■ Work request: Find the line containing "#193=CARTESIAN_POINT('',(-15.541421,91.,0.));" in the entries below. Restate it and each line after it, word for word, up to and including the line containing "#209=AXIS2_PLACEMENT_3D('',#165,#16,#17);".

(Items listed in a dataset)

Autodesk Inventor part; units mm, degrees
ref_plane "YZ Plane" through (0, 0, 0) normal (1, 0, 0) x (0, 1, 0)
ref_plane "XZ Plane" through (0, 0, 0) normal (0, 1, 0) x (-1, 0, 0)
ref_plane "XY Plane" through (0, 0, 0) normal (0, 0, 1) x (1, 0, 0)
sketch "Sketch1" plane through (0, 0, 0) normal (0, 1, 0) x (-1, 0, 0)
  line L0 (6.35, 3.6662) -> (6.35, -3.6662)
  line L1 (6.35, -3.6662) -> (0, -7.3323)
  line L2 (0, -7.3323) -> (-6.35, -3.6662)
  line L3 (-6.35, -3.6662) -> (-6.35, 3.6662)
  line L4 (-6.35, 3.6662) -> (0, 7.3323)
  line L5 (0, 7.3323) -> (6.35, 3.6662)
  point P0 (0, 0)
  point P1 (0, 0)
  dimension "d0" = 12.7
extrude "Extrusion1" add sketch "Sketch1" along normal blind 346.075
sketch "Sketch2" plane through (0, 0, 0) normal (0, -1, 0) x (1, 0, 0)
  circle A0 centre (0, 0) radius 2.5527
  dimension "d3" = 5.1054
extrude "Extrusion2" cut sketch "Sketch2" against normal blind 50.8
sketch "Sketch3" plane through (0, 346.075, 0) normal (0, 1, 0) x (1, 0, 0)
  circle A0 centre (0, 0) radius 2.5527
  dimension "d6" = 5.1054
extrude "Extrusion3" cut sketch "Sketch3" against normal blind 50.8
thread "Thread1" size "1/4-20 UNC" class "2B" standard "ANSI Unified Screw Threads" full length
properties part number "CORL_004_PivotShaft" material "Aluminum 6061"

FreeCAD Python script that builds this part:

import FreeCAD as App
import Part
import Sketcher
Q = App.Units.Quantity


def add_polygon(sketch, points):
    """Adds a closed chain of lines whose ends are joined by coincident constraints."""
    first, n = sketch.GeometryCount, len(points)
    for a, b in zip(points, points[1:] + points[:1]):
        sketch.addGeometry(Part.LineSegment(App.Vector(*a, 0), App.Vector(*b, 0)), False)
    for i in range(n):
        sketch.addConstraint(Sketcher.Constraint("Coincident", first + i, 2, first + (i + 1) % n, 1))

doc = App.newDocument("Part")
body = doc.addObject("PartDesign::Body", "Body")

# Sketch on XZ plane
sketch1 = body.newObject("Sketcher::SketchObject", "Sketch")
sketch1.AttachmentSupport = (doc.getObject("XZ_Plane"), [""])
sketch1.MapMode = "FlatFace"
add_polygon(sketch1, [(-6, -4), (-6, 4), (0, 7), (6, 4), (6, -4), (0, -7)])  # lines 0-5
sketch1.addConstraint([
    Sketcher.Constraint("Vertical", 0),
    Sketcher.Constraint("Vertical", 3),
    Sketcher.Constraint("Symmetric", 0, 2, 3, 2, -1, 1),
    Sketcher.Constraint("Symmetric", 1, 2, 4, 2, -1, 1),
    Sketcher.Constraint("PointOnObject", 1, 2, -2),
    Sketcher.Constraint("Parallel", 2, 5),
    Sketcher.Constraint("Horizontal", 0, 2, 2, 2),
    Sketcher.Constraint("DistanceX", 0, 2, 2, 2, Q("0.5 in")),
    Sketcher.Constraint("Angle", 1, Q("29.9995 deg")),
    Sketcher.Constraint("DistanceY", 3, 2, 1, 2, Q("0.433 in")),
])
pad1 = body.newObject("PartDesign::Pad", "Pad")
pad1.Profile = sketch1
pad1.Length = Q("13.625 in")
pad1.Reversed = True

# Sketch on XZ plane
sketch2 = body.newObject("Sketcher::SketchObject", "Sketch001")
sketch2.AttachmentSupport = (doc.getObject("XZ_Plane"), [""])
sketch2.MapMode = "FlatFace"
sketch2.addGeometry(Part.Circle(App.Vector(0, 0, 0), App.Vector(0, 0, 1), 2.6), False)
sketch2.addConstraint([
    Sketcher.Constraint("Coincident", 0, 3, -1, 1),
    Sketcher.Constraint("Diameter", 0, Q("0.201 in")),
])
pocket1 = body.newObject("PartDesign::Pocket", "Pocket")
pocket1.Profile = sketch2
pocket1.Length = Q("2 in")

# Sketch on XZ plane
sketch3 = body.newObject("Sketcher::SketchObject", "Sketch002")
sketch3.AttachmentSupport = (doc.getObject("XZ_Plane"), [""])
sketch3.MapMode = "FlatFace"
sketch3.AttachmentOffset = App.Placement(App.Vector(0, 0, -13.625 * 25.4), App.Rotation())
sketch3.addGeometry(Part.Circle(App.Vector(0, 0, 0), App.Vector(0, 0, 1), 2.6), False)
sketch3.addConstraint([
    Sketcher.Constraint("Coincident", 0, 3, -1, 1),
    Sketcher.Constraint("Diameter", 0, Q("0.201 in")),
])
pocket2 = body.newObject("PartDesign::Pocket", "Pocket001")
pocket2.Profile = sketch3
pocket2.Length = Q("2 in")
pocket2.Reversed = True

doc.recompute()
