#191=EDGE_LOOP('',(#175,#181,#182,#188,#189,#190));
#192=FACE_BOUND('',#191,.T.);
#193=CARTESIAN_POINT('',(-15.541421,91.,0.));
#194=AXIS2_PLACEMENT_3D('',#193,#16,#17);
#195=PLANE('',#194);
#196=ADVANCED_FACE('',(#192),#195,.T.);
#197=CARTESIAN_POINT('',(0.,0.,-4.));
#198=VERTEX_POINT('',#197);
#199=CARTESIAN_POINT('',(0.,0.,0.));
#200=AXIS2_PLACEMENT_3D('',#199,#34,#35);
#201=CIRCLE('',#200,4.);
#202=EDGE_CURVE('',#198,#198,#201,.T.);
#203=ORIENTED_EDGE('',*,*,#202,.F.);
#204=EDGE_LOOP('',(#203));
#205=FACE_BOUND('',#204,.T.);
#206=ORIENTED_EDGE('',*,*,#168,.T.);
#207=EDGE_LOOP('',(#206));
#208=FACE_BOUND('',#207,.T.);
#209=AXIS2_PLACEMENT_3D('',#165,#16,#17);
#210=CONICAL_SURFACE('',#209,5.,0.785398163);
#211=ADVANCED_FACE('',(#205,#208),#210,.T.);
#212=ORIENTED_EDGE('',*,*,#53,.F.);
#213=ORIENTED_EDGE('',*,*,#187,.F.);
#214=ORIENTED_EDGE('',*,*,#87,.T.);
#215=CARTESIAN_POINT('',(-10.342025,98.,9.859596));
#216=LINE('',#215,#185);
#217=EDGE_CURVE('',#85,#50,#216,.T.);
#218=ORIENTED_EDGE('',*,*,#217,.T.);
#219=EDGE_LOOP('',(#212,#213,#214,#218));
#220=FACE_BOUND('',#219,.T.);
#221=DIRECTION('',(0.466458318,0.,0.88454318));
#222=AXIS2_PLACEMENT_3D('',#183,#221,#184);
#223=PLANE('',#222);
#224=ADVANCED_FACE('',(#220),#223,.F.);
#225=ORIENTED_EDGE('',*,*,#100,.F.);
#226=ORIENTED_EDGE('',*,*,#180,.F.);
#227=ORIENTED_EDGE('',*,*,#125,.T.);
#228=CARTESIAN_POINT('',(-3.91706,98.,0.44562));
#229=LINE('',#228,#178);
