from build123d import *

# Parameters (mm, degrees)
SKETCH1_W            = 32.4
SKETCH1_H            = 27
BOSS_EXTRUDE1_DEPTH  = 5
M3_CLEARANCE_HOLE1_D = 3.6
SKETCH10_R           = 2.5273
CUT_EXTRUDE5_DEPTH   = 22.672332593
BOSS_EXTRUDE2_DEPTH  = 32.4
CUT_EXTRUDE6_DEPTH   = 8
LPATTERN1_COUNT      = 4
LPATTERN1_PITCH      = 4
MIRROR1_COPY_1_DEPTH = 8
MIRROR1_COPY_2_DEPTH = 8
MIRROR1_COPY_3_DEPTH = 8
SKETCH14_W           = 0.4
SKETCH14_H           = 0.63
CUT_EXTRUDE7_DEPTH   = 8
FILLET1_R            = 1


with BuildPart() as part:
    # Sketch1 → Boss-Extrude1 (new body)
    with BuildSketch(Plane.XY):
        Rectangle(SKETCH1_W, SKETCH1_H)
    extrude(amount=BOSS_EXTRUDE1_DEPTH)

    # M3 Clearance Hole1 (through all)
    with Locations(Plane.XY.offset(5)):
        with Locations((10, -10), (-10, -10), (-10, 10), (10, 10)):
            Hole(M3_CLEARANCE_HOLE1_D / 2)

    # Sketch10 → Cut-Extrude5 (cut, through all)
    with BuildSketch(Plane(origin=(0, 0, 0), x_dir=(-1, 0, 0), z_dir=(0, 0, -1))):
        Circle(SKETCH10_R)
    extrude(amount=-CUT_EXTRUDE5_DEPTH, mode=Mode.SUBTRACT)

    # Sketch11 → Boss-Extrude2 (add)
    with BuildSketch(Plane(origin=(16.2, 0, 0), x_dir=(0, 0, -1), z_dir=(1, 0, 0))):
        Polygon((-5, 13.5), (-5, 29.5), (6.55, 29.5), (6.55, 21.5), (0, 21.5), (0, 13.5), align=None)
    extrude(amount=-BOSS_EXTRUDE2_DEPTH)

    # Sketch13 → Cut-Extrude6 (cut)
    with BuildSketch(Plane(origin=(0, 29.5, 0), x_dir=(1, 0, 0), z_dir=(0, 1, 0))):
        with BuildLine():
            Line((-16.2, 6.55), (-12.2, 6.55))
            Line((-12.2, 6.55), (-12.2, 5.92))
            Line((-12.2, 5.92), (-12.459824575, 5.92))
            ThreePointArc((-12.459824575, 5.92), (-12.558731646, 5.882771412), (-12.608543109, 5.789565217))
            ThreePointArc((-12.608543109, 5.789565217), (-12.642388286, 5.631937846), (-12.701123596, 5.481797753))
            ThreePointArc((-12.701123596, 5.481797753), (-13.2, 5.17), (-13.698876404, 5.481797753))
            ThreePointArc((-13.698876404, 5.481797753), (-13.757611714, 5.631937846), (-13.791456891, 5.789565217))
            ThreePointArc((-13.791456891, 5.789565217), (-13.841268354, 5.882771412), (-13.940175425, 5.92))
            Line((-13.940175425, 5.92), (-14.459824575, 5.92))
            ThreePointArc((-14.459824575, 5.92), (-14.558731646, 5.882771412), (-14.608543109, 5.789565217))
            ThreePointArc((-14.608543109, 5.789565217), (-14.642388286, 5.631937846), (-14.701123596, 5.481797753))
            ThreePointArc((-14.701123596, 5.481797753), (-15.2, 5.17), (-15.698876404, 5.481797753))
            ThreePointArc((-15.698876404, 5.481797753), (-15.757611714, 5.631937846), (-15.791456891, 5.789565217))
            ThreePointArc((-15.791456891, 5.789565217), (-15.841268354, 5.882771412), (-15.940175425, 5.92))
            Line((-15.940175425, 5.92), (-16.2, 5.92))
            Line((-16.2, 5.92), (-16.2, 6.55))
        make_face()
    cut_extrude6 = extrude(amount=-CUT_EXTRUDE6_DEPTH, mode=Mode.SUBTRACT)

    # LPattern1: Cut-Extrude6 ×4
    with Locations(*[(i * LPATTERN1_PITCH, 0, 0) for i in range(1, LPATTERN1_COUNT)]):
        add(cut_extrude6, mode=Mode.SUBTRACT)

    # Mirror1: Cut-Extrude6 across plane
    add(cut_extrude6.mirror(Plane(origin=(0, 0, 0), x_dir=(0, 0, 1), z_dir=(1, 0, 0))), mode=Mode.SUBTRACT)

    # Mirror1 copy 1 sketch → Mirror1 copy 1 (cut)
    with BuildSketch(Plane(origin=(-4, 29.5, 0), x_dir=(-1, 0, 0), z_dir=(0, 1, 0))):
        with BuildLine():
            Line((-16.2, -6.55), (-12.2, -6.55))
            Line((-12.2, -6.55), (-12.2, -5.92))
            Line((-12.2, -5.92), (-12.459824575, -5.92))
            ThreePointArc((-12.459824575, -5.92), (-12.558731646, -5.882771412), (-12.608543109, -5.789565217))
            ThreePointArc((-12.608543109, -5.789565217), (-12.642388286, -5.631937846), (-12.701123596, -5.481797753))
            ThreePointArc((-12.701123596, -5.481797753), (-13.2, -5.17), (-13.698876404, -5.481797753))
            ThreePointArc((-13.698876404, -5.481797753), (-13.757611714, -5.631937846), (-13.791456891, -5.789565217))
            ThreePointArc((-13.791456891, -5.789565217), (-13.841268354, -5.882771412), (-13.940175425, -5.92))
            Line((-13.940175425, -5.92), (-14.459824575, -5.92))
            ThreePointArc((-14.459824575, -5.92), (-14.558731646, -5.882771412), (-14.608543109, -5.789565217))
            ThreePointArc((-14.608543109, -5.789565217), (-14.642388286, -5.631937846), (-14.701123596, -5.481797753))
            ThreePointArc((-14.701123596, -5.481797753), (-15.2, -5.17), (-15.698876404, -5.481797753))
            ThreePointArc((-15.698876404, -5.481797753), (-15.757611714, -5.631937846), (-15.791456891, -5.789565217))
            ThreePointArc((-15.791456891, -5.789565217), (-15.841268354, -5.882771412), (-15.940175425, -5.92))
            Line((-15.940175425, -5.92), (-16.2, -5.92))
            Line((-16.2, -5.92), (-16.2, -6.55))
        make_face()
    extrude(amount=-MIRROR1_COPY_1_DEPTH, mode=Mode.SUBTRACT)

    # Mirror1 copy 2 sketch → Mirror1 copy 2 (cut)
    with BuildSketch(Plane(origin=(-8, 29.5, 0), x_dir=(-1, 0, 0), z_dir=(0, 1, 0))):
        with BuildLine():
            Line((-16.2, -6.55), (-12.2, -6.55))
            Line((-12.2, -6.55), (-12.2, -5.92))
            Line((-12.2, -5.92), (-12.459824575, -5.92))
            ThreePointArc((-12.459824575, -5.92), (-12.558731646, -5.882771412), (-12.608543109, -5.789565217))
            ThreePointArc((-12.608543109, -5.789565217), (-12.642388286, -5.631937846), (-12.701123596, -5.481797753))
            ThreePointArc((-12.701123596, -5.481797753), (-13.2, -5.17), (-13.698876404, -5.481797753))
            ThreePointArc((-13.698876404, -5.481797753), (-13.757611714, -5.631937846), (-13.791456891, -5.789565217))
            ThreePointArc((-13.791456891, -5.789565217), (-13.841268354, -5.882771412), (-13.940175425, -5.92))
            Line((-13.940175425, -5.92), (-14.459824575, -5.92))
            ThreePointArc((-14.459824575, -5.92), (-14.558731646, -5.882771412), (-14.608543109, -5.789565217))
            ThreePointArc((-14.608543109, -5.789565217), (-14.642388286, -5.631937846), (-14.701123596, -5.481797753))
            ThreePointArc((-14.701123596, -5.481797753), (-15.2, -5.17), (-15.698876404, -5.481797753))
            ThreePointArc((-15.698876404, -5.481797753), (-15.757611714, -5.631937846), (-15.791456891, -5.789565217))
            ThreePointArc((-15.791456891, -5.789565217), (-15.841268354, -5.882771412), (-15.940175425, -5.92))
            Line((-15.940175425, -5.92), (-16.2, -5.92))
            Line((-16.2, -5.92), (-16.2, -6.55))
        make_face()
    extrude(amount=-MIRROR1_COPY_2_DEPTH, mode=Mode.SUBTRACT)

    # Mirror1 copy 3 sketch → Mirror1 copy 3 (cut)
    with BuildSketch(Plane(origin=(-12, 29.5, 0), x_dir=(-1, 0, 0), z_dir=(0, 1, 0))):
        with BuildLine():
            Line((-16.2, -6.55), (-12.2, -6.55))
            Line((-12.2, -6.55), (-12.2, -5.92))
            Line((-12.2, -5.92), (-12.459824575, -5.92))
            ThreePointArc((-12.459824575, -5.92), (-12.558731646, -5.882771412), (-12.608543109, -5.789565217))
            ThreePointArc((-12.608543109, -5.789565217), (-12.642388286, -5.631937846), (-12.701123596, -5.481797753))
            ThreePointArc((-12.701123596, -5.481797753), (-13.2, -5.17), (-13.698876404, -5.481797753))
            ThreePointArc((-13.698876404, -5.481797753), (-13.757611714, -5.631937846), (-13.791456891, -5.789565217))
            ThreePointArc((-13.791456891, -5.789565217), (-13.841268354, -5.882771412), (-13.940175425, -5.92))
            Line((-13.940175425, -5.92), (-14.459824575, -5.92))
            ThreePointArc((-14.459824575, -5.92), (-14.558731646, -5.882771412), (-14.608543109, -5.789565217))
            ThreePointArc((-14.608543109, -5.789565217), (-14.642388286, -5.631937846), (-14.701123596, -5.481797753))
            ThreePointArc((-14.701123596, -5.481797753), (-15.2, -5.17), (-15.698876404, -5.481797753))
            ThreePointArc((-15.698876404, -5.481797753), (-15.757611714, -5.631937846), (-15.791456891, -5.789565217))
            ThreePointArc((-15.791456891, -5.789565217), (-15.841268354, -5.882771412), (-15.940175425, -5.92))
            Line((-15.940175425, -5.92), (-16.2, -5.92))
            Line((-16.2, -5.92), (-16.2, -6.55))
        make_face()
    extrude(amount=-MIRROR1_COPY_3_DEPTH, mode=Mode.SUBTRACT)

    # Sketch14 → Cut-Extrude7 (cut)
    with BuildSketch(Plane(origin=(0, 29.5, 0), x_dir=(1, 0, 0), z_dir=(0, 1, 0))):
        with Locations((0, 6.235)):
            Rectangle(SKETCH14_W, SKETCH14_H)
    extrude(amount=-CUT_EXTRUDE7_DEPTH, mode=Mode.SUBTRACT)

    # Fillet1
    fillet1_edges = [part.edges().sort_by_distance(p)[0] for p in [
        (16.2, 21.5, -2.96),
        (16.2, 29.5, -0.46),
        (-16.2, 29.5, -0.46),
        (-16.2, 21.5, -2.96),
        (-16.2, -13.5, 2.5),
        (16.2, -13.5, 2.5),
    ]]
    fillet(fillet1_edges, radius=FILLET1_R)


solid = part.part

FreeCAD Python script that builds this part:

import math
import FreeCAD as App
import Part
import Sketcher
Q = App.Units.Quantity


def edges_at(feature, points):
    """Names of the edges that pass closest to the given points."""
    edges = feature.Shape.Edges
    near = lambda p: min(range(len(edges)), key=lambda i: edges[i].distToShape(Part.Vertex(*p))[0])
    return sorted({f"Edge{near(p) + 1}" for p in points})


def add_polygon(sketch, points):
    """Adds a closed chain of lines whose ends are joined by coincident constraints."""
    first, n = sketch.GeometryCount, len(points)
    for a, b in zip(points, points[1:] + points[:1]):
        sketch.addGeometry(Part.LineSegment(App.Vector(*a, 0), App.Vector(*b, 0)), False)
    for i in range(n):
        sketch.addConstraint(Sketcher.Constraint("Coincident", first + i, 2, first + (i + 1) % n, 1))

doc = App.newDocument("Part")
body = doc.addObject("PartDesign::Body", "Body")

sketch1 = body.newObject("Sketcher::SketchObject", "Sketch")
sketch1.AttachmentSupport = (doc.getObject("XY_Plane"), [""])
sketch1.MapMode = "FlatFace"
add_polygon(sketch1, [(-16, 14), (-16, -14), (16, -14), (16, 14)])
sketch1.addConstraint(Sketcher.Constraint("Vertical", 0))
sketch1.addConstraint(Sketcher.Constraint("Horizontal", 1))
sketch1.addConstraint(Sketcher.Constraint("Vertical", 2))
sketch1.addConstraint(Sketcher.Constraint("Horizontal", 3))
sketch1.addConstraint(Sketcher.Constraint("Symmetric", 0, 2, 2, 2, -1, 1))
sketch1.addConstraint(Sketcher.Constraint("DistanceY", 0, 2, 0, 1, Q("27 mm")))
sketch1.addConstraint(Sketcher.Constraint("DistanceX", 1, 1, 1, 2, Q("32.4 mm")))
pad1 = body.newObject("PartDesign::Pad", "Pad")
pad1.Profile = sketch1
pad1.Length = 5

■ Completed task:
#193=CARTESIAN_POINT('',(-15.541421,91.,0.));
#194=AXIS2_PLACEMENT_3D('',#193,#16,#17);
#195=PLANE('',#194);
#196=ADVANCED_FACE('',(#192),#195,.T.);
#197=CARTESIAN_POINT('',(0.,0.,-4.));
#198=VERTEX_POINT('',#197);
#199=CARTESIAN_POINT('',(0.,0.,0.));
#200=AXIS2_PLACEMENT_3D('',#199,#34,#35);
#201=CIRCLE('',#200,4.);
#202=EDGE_CURVE('',#198,#198,#201,.T.);
#203=ORIENTED_EDGE('',*,*,#202,.F.);
#204=EDGE_LOOP('',(#203));
#205=FACE_BOUND('',#204,.T.);
#206=ORIENTED_EDGE('',*,*,#168,.T.);
#207=EDGE_LOOP('',(#206));
#208=FACE_BOUND('',#207,.T.);
#209=AXIS2_PLACEMENT_3D('',#165,#16,#17);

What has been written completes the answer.